TASK DIRECTIONS: Where a line below holds the string "drawn", count it; then give the total without any other words.

INFORMATION SUPPLIED:
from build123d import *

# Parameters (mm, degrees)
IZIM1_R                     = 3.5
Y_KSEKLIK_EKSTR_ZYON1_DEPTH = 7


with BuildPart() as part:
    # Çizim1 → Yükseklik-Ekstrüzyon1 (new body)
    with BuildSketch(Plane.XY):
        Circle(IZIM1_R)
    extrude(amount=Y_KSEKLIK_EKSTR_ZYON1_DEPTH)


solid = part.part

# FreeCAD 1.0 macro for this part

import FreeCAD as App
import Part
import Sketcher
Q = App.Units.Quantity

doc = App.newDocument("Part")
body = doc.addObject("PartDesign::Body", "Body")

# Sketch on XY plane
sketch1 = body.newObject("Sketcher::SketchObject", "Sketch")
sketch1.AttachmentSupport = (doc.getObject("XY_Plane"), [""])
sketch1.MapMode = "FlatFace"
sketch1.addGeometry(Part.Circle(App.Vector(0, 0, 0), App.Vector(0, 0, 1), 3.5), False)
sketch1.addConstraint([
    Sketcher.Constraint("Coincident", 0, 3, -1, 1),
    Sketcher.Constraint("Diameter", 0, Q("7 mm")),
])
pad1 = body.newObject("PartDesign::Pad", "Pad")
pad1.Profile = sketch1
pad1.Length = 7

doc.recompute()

* * *

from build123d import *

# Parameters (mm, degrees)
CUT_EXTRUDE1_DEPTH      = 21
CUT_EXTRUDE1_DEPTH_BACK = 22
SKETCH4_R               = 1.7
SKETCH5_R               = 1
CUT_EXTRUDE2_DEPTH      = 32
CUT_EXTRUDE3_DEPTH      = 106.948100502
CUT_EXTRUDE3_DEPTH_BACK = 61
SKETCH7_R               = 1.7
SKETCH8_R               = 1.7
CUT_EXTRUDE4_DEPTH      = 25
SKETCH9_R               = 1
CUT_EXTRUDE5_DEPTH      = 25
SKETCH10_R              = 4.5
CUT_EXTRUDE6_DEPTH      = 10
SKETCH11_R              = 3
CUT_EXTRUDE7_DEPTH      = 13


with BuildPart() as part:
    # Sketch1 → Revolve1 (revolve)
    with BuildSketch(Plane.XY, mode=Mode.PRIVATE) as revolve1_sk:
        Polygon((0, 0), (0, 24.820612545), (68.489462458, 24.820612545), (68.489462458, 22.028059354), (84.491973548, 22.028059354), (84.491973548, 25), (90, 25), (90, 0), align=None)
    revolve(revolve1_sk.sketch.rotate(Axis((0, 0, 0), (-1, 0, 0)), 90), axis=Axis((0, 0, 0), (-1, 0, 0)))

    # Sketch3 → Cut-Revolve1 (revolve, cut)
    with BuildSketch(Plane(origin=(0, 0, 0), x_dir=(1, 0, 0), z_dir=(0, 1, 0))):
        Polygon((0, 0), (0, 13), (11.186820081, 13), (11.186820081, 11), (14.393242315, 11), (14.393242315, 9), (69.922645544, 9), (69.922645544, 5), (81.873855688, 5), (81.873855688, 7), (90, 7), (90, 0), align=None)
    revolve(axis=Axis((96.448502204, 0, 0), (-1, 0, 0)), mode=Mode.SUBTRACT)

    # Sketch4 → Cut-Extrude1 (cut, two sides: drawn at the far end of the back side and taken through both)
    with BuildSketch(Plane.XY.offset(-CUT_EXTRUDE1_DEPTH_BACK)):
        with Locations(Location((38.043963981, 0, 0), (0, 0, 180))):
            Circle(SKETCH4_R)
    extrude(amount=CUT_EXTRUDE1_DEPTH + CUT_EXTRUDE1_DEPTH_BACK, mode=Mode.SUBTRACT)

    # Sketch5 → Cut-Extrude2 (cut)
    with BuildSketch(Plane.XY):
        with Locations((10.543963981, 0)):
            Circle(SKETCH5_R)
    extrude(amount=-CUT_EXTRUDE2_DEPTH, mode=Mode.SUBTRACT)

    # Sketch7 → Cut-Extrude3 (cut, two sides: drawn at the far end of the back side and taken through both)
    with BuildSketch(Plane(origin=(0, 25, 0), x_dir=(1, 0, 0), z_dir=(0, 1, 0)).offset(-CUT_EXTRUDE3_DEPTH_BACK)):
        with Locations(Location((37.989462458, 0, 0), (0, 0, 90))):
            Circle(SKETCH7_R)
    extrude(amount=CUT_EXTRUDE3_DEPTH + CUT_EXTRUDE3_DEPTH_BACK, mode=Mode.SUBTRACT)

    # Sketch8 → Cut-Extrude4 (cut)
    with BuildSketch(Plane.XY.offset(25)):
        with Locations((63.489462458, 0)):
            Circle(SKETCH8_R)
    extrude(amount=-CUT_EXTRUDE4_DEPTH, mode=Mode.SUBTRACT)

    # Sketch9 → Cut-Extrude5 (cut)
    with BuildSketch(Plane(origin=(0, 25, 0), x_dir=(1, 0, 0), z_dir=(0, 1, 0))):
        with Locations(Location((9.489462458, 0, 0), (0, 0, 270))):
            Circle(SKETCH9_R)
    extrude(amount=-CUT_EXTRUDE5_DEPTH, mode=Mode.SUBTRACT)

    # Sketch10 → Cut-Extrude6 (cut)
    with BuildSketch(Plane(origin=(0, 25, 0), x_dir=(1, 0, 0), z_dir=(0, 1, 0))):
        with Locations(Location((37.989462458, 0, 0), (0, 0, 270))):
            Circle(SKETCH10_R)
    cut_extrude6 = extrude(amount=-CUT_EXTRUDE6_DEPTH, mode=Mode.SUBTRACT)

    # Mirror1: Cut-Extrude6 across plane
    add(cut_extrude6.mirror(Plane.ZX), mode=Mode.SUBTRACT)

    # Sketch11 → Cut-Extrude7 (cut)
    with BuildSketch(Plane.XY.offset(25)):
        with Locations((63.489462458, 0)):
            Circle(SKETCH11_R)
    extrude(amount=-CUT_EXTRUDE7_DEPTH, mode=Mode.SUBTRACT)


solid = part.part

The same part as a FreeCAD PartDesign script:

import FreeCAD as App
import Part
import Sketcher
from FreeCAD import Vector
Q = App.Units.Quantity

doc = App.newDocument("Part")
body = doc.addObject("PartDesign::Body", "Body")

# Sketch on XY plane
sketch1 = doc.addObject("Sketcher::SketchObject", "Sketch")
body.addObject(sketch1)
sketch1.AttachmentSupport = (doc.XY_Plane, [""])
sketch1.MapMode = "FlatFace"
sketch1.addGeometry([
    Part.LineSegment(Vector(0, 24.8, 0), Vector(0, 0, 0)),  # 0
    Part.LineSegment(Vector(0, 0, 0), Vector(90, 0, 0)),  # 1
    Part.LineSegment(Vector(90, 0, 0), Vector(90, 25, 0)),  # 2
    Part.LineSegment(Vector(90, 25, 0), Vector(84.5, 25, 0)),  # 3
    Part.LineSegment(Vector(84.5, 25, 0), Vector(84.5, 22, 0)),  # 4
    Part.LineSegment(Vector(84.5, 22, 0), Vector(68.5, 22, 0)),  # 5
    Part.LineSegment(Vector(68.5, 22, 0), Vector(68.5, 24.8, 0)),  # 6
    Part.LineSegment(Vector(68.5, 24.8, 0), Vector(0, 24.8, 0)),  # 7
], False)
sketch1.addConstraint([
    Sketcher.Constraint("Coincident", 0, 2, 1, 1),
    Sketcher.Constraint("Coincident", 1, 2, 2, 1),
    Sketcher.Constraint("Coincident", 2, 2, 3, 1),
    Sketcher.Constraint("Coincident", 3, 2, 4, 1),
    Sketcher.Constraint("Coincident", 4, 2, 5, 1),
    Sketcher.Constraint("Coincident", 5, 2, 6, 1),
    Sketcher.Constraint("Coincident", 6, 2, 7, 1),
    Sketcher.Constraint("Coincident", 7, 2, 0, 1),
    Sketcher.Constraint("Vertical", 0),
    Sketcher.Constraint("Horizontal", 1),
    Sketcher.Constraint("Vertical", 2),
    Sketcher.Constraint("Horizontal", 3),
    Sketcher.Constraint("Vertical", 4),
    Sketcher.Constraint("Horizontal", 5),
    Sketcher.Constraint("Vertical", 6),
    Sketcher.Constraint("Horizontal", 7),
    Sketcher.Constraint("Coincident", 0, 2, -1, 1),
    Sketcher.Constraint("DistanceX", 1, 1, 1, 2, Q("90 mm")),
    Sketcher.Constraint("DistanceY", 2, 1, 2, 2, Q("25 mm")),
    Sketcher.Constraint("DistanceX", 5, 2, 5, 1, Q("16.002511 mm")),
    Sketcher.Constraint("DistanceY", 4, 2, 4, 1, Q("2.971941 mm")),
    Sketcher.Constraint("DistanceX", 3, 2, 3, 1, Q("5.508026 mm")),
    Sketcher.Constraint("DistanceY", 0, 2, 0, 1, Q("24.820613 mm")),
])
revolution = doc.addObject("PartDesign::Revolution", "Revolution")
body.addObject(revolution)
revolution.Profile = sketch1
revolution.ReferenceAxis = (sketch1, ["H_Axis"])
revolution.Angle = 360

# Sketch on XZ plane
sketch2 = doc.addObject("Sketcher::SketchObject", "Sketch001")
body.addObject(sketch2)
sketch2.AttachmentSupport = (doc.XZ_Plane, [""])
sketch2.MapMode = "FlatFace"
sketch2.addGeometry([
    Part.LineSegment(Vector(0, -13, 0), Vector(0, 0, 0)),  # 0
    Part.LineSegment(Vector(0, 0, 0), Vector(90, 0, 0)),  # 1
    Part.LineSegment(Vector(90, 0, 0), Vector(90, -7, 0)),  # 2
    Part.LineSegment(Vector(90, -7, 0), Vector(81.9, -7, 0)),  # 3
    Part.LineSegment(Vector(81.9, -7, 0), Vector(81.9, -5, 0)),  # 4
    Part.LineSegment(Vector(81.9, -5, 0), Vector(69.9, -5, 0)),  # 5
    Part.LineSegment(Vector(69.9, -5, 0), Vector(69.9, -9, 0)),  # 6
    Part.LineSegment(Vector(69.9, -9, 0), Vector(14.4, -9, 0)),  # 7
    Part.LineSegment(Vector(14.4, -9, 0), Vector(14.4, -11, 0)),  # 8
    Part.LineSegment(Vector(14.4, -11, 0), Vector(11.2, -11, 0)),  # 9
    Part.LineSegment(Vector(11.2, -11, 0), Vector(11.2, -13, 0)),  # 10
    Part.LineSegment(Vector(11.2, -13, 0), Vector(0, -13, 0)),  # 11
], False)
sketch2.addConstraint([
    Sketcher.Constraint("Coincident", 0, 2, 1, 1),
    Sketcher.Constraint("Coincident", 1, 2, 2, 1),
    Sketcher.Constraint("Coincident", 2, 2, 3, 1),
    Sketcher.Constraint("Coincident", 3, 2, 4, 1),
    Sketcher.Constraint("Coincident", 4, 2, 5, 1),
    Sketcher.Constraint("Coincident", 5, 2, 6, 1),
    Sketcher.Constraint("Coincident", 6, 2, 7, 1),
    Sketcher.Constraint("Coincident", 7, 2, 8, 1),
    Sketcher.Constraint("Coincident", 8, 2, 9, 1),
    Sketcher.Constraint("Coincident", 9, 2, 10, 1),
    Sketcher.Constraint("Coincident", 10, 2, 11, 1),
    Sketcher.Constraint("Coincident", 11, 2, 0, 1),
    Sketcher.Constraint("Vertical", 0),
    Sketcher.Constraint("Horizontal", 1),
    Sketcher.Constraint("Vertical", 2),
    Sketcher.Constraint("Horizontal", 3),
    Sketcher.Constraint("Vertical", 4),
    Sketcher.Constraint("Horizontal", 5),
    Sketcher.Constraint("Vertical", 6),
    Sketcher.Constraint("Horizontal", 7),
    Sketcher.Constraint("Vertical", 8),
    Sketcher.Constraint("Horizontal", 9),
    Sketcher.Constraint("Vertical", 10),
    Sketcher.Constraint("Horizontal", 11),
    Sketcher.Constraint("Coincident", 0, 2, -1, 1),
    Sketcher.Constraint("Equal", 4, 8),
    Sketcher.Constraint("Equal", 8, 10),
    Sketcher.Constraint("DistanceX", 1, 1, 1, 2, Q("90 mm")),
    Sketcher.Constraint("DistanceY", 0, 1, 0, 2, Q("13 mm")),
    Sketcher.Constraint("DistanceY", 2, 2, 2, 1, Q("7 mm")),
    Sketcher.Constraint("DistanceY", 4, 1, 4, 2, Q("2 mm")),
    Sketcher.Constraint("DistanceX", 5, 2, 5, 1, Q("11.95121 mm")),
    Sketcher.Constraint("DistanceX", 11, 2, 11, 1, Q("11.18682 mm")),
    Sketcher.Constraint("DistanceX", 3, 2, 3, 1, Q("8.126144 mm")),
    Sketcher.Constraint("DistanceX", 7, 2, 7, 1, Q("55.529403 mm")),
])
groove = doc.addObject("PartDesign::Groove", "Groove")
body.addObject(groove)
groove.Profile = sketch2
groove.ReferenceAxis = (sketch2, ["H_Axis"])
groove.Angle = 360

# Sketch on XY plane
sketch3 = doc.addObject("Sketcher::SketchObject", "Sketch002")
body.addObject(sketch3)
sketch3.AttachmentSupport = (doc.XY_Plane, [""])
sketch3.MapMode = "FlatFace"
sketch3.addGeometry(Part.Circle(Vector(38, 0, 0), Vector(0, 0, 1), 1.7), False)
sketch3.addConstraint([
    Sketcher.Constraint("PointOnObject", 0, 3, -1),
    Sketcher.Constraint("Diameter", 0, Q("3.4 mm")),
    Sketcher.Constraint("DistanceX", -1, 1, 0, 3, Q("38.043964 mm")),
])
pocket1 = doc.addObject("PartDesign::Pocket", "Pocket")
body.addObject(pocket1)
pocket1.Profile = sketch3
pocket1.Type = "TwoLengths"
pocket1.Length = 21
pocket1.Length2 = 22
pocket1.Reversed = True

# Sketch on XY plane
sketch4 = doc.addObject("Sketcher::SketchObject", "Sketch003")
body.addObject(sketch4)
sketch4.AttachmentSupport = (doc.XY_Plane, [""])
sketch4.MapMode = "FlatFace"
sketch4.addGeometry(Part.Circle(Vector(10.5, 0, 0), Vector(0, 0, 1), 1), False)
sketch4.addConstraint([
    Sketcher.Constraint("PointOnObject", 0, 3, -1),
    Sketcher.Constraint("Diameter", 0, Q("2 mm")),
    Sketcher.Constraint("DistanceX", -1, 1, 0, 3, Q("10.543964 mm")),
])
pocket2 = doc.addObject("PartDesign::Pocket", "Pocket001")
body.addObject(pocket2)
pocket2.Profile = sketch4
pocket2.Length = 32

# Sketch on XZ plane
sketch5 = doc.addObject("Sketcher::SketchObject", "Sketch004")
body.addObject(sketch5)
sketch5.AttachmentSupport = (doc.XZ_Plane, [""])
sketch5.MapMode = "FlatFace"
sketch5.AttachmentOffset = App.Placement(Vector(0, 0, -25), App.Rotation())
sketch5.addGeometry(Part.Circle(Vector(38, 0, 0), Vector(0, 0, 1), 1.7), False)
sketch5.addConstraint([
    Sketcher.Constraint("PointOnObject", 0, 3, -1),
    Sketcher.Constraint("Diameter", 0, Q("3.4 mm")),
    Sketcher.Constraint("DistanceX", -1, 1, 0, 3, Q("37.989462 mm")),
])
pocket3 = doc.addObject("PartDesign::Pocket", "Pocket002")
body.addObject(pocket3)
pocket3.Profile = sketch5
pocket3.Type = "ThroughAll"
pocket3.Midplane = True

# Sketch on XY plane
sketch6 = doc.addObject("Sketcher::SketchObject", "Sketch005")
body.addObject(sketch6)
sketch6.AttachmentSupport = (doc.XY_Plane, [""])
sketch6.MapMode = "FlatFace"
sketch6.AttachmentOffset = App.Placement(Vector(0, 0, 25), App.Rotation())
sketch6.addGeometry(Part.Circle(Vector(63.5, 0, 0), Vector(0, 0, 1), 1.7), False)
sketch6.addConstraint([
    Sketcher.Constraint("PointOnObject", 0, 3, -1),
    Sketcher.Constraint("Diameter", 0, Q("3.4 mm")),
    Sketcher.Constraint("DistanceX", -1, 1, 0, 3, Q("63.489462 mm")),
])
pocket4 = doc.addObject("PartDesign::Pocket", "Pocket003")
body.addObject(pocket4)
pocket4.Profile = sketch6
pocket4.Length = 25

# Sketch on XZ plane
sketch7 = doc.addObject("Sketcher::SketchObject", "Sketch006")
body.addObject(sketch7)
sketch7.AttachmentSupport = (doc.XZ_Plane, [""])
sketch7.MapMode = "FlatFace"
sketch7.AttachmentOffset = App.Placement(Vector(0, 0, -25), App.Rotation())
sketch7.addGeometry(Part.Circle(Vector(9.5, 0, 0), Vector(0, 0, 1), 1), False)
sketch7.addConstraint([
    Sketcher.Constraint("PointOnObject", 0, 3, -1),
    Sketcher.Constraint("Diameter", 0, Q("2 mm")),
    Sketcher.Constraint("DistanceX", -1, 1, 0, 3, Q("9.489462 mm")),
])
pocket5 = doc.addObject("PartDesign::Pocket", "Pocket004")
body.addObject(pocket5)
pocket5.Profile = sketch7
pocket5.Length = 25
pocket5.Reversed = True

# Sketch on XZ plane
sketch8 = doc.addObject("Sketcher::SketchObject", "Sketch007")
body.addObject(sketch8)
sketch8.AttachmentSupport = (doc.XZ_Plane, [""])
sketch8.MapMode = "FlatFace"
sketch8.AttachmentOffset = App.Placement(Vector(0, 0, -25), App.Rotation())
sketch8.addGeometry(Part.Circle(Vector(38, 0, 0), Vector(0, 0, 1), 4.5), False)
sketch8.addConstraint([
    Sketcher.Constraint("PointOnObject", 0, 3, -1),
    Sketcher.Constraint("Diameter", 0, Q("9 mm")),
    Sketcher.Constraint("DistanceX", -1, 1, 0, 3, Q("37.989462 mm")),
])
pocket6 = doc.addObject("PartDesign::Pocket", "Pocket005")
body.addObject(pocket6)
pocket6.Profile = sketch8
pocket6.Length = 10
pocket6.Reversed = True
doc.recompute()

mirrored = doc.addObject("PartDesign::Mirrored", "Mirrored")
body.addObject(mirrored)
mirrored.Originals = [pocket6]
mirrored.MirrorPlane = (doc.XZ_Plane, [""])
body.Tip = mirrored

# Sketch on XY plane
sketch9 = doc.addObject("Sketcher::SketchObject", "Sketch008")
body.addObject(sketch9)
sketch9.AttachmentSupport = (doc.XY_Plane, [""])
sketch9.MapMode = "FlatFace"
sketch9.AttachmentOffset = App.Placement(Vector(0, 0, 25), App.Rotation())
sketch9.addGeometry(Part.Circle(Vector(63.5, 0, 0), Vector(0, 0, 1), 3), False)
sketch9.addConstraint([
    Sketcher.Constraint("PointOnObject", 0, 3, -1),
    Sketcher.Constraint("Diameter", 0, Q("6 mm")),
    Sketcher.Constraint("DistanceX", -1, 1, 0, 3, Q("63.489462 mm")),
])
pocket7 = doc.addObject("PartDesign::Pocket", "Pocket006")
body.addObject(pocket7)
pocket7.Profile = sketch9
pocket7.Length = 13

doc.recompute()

* * *

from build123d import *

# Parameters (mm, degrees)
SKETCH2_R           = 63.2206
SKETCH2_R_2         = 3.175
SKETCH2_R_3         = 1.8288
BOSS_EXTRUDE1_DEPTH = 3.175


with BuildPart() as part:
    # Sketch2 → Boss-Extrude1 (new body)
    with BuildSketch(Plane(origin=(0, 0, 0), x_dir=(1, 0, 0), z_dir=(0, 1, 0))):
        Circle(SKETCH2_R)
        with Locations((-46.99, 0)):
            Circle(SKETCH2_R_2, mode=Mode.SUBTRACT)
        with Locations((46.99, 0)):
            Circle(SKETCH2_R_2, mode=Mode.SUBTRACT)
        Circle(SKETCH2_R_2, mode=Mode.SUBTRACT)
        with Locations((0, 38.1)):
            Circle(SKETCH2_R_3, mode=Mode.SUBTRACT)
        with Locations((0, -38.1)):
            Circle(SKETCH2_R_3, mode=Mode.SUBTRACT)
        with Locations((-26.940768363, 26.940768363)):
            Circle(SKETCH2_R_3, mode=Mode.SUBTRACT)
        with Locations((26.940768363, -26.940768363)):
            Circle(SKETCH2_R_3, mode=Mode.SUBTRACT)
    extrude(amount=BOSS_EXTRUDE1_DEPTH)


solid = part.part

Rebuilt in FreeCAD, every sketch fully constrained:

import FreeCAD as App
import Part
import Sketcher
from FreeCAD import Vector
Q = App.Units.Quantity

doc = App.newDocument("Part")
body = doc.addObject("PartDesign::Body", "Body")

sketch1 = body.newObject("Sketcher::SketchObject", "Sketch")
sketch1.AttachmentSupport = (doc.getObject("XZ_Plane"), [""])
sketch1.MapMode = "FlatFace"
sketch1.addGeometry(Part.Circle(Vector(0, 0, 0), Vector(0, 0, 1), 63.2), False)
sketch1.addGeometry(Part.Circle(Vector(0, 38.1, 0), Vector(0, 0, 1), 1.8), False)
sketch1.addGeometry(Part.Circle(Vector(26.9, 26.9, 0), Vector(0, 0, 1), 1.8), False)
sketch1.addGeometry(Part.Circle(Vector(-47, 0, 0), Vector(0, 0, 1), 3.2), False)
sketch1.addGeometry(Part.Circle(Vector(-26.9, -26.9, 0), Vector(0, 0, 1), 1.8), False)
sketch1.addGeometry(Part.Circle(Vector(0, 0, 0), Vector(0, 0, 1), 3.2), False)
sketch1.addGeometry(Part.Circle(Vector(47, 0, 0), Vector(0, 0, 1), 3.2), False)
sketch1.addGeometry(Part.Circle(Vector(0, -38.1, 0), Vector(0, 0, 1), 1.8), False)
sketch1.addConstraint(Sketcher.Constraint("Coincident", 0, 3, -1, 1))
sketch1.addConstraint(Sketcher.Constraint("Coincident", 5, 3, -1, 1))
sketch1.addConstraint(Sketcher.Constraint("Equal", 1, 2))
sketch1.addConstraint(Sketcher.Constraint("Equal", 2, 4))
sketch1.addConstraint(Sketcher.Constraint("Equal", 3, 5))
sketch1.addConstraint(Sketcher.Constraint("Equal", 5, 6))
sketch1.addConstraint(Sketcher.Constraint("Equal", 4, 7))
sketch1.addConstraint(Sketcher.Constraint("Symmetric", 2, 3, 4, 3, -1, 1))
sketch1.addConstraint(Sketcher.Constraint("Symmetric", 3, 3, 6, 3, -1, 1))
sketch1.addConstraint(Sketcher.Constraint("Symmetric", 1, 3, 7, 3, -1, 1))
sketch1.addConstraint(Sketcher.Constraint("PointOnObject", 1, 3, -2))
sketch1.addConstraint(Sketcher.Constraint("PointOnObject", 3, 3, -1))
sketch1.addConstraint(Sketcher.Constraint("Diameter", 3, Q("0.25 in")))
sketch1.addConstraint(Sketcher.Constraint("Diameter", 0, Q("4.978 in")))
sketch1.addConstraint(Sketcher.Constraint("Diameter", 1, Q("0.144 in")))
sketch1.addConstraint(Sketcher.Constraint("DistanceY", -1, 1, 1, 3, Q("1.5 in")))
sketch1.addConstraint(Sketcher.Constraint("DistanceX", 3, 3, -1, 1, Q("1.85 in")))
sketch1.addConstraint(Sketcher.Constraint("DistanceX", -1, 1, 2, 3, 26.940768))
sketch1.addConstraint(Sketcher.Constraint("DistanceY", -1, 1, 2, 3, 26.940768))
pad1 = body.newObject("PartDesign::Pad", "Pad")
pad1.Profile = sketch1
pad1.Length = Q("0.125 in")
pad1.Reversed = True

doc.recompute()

ANSWER BOX: 2